10    The Tribunal accepts that there is in the case of expert economic evidence a line between argument and opinion evidence which is sometimes hard to draw. Those matters were discussed in the Re Qantas Airways [2004] ACompT 9 at [216]-[217]. The Tribunal feels confident that, in the light of all the evidence including such testing, albeit limited testing as may be appropriate in cross-examination, it will be better placed to appreciate which parts of the proposed evidence of each of those witnesses which is more clearly a professionally held view based upon the application of economic principles and theory on the one hand, and which may traverse a little beyond that line. As we have mentioned, the line is sometimes hard to draw. It is inevitable in the case of expert economic evidence which takes a particular viewpoint, favourable to one party or another in proceedings before the Tribunal, that there will be perceived to be some element of argumentation in that opinion. That is what the opinion is. Nevertheless, it is often, indeed frequently, properly founded upon an understanding of the facts in the case, the application of economic principle and theory to those facts, and the expression of conclusions in relation to them. Sometimes the conclusion may be close to, or directly relate to, the final matter which the Tribunal is required to determine. Sometimes, as a result of the testing of those opinions, inappropriate partisanship may appear.

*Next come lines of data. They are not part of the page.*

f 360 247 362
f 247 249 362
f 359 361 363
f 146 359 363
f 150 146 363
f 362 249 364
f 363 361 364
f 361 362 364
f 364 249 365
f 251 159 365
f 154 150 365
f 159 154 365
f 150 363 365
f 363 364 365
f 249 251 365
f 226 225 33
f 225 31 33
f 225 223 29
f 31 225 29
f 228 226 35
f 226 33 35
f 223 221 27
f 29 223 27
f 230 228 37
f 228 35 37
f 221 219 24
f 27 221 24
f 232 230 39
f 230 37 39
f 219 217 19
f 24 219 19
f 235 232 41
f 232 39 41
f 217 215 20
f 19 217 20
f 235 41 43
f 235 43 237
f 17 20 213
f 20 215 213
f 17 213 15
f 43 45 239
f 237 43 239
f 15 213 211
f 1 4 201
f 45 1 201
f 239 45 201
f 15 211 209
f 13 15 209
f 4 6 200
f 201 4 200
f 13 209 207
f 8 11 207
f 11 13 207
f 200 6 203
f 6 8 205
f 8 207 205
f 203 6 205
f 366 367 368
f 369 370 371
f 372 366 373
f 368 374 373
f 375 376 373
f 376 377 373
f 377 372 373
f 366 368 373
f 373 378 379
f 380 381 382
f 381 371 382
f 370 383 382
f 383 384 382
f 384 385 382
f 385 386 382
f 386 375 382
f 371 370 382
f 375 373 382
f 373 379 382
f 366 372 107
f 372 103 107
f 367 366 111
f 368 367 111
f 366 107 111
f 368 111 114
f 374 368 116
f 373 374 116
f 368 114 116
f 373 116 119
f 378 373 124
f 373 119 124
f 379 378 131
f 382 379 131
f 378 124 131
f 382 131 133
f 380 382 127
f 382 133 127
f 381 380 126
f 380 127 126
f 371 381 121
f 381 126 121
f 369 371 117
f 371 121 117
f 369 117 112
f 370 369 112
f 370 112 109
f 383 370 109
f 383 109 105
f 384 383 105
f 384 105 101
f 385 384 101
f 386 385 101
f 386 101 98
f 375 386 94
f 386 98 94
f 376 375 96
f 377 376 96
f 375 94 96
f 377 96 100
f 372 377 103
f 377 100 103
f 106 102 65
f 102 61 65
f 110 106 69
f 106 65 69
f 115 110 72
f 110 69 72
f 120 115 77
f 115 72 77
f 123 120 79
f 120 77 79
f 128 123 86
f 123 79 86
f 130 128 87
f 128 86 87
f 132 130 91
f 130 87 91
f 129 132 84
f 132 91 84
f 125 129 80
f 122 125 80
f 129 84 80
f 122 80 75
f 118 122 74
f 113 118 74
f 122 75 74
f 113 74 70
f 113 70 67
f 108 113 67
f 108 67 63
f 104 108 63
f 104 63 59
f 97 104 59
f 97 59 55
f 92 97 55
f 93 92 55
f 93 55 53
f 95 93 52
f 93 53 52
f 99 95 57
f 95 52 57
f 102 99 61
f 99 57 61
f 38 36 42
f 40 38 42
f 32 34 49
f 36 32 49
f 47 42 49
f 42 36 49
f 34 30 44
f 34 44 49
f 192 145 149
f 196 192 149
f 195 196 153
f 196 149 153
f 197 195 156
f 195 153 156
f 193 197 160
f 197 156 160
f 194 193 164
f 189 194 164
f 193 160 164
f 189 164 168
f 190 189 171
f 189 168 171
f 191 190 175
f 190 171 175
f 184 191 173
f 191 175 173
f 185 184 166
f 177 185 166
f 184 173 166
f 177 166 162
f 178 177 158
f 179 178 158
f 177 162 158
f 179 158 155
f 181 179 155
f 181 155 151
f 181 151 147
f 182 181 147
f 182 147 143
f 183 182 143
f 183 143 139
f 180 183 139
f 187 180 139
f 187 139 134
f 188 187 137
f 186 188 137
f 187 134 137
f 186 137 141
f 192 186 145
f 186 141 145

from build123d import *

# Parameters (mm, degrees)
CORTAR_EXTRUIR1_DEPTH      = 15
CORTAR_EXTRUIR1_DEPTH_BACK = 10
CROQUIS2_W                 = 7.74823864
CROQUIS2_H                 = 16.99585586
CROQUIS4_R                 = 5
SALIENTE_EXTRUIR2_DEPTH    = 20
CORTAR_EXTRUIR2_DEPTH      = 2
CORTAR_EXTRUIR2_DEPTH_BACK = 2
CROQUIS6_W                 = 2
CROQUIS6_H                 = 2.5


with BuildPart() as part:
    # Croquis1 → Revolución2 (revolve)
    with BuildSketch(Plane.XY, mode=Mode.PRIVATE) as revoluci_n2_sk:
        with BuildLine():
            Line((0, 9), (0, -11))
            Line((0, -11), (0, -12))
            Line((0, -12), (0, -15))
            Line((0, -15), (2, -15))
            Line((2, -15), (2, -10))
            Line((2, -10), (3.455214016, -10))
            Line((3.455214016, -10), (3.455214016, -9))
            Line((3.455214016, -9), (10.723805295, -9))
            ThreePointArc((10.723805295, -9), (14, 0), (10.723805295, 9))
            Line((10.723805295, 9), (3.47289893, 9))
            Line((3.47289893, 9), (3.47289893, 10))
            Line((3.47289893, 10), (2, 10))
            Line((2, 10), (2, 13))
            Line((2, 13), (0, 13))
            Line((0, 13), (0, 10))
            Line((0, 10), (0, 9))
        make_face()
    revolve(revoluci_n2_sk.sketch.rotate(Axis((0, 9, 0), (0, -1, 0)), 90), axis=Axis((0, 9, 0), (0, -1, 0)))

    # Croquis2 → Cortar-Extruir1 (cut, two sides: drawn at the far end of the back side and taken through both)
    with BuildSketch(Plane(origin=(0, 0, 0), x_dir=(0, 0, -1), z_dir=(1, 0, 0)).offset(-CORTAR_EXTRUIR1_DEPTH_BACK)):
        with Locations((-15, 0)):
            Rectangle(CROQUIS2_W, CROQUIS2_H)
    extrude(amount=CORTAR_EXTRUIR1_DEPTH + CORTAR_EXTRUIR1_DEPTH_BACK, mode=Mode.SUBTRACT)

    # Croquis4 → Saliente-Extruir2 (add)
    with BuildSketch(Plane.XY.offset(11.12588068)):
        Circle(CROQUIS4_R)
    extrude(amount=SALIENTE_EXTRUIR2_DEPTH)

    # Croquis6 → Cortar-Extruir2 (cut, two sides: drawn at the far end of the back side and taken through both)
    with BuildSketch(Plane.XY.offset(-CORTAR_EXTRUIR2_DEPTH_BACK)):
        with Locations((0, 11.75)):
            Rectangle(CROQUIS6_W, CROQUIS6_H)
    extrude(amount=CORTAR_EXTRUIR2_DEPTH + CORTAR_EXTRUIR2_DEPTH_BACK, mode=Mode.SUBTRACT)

11    In addition to those general reasons, it is appropriate to address the particular objections made by CBH.

12    The first objection raised is that Dr Fisher does not have any specialised knowledge as an economist that enables him to respond to the matters which he was asked to comment upon by the ACCC. There was no application to examine him on the voir dire, that is to go beyond his declared curriculum vitae. The Tribunal is satisfied, having regard to that curriculum vitae, that Dr Fisher is amply qualified to express the views which he has expressed (with the one qualification expressed in the ruling below). It is not helpful to set out his full curriculum vitae. His professional training, including his PhD in Agricultural Economics, his professional working career, his membership of a number of economic and agricultural and economic associations or societies, and his extensive publications are sufficient to satisfy the Tribunal that, at least on the face of things, he has the appropriate qualifications and experience to address the matters which the Tribunal proposes to admit on his behalf.

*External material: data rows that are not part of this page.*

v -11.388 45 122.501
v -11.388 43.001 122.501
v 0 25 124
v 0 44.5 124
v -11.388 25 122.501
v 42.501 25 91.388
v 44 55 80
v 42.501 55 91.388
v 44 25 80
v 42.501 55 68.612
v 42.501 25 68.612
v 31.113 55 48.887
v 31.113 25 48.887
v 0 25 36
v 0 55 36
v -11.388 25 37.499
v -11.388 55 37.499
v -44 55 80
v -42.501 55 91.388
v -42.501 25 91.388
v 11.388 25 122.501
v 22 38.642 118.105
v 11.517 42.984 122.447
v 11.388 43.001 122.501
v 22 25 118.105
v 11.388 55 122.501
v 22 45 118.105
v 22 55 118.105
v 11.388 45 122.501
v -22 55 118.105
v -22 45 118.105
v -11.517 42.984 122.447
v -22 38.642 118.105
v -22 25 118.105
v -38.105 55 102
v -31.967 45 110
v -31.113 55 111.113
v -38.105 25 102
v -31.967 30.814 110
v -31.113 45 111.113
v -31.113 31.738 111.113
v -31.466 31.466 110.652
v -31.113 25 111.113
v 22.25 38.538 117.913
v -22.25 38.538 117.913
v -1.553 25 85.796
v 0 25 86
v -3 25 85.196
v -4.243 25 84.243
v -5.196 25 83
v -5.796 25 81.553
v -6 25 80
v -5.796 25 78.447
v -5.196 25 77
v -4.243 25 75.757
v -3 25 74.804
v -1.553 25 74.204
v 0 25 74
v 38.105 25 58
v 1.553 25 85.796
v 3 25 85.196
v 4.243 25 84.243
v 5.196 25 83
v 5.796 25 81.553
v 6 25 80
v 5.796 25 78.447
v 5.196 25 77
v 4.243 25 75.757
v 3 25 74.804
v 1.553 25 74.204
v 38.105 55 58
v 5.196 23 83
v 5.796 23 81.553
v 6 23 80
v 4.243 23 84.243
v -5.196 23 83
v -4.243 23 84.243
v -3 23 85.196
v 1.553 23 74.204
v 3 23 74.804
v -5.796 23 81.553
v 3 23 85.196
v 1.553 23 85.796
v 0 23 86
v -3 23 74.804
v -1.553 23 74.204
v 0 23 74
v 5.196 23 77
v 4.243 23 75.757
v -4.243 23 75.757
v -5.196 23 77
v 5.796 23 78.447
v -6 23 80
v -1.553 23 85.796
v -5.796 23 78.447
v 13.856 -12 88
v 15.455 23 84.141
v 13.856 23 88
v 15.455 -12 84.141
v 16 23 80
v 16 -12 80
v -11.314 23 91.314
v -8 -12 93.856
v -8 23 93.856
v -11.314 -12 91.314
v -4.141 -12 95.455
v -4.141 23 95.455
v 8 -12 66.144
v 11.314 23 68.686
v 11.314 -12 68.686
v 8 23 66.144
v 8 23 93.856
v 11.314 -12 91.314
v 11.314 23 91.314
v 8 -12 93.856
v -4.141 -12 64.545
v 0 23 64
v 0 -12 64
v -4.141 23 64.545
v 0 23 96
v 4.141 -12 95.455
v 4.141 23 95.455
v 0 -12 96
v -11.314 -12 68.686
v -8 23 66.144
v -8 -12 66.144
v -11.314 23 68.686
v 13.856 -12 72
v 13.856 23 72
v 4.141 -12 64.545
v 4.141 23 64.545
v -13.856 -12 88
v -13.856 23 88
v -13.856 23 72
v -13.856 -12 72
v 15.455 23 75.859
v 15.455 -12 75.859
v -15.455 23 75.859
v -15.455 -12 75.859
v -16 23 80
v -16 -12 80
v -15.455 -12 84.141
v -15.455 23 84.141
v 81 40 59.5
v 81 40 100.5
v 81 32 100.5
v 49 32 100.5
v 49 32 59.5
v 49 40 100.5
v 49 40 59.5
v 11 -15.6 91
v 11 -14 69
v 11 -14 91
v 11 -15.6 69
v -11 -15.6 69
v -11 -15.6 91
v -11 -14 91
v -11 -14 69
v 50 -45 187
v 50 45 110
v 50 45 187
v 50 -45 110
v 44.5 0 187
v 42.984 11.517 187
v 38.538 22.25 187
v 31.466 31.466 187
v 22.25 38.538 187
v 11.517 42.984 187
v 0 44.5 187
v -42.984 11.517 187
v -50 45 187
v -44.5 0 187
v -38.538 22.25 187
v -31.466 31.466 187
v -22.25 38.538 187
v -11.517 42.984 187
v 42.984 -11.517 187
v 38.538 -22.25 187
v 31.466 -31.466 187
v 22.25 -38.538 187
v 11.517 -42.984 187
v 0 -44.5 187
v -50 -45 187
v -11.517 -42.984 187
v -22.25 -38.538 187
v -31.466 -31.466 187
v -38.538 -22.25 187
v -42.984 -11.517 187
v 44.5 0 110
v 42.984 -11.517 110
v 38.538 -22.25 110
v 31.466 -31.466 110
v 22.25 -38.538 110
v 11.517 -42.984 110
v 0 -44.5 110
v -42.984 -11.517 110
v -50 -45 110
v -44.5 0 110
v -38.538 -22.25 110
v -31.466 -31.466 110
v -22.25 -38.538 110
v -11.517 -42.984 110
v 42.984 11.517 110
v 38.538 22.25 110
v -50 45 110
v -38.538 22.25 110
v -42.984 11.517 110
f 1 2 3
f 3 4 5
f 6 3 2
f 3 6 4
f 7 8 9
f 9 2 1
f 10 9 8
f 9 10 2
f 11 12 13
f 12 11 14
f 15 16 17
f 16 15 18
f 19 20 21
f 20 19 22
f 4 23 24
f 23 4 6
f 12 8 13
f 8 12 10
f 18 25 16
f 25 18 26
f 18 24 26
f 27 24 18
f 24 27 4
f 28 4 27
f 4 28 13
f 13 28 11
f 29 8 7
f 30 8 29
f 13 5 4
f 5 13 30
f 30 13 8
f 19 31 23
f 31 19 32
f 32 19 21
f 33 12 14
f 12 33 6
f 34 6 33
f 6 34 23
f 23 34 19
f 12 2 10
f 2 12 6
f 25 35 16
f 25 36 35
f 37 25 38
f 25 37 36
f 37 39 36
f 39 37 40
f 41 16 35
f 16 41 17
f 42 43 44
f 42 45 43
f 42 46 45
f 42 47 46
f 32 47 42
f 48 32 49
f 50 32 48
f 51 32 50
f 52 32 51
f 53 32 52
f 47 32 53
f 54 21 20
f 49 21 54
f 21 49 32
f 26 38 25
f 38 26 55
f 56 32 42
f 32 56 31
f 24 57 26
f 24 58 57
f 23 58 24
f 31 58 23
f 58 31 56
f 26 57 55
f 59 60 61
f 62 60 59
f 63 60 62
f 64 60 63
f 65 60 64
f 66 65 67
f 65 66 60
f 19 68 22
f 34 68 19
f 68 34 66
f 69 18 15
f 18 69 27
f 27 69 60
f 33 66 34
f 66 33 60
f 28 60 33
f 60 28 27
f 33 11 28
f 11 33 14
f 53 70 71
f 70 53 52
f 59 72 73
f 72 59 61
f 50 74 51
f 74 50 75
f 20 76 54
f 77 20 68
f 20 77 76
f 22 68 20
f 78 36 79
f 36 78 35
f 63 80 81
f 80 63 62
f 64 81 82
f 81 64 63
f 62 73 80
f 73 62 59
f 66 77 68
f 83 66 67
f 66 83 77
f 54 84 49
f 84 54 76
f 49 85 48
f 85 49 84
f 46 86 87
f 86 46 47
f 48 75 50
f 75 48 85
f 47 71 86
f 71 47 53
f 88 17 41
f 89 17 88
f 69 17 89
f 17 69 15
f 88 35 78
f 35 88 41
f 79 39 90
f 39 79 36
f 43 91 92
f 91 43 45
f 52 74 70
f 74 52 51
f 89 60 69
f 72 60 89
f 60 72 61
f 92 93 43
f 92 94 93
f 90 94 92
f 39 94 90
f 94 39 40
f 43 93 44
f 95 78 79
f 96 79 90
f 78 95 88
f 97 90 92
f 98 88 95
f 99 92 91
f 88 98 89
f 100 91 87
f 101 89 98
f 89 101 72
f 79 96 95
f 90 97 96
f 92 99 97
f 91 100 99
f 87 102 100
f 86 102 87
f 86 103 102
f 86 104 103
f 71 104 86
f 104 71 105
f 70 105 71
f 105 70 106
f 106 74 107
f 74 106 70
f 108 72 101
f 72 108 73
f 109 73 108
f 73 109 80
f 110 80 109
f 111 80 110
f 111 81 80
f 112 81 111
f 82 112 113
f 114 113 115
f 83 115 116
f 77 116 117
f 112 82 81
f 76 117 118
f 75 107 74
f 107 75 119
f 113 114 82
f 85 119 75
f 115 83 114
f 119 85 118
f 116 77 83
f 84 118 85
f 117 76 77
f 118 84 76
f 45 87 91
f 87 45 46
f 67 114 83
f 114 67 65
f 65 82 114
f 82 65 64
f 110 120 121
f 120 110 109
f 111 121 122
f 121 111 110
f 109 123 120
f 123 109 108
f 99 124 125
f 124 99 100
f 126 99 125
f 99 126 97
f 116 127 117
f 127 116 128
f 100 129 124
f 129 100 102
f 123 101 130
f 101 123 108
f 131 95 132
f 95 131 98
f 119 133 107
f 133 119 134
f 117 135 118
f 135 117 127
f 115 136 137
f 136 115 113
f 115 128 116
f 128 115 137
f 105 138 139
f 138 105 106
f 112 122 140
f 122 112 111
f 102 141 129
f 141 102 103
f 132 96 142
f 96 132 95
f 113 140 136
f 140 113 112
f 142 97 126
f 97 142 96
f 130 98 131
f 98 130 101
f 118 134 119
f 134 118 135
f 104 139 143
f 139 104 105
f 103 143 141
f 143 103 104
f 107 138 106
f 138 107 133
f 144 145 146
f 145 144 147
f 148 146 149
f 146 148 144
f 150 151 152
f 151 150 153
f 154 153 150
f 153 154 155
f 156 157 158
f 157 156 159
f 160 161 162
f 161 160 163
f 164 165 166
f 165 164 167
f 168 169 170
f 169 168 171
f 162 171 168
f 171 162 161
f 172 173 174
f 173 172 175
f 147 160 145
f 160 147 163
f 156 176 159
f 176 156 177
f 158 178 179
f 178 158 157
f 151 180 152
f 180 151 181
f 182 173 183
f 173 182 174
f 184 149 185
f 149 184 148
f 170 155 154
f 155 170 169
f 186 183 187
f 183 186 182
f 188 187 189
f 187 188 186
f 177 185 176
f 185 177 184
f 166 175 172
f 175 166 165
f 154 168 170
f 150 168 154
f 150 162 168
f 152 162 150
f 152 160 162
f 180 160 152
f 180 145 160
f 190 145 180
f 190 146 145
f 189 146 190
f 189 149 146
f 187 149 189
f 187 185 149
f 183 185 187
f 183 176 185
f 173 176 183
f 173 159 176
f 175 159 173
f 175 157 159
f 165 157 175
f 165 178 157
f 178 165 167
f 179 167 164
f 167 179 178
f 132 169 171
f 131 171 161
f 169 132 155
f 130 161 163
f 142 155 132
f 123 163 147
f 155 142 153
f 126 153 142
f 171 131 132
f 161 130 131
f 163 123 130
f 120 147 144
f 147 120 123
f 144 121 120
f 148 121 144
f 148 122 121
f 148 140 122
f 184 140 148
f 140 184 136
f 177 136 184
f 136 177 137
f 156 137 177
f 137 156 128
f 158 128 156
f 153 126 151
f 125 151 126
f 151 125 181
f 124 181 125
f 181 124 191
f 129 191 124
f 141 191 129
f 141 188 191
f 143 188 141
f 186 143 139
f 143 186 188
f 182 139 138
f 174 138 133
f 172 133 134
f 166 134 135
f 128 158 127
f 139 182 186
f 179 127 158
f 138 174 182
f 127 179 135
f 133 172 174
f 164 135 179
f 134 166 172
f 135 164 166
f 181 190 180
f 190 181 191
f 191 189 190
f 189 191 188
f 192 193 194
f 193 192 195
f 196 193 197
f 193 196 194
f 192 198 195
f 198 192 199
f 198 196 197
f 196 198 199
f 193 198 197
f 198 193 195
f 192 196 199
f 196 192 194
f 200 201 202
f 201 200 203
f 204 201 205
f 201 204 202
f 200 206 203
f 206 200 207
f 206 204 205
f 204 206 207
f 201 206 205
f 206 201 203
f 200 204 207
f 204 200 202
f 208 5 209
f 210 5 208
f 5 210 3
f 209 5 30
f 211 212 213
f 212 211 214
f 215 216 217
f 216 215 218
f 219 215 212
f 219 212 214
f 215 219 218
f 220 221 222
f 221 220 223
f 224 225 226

13    Secondly, the summary indicates that Dr Fisher is said to be proposing to give evidence of underlying facts in the case rather than opinions based on his specialised knowledge as an economist. The Tribunal has carefully considered his report. It is correct that he has expressed a number of underlying facts, many of which are identified specifically by reference to evidence proposed to be given from witness statements and expresses opinions about the significance of that evidence. The opinions appear to be expressed within his competence or area of expertise. They may be tested. We do not consider that his evidence is confined only to the expression of facts which are “underlying facts in the case”.

14    Thirdly it is said that Dr Fisher has drafted his report so that he has not differentiated his opinions from the assumed facts on which the opinions are based. This was said to be inconsistent with the requirements of Federal Court Practice Note CM.7. While not bound by the rules of evidence, or the Federal Court’s Practice Notes, such notes should be had regard to: Re Qantas Airways [2004] ACompT 9 at [217]. The procedure of the Tribunal, including the admission of evidence, is within the discretion of the Tribunal, subject to the Competition and Consumer Act 2010 (Cth) (CCA) and regulations: CCA s 103(1)(a). In addition, Tribunal proceedings are to be conducted with as little formality and technicality as the requirements of the CCA and proper consideration of the matters before the Tribunal permit.

15    The Tribunal does not accept that Dr Fisher’s report fundamentally fails to comply with the requirements of Practice Note CM.7. Inevitably, or perhaps not inevitably but commonly, an expert economic opinion has shades between assumed facts, facts based on evidence, and the expression of opinion. But the opinions expressed by Dr Fisher are clearly set out in the executive summary to his report in response to the specific questions which he has been asked. To the extent to which there is some lack of clear expression of the factual foundation for certain opinions in the then extensive content to his report, it appears that that is in part due to the sequential steps which he has taken on different topics which he has considered. They are referred to below when considering some matters in detail. However, we do not consider that his report is expressed in a way which precludes, or should in a real sense impede, counsel for CBH from understanding Dr Fisher’s report and, to the extent to which it expresses opinions based upon the application of economic principles and theory, to test his conclusions. If that involves exposing the existence of an assumed fact which is not established in the evidence, that can be done. If that involves Dr Fisher having failed to take into account a fact which (CBH contends) is material and has been established in the evidence, that may also be exposed.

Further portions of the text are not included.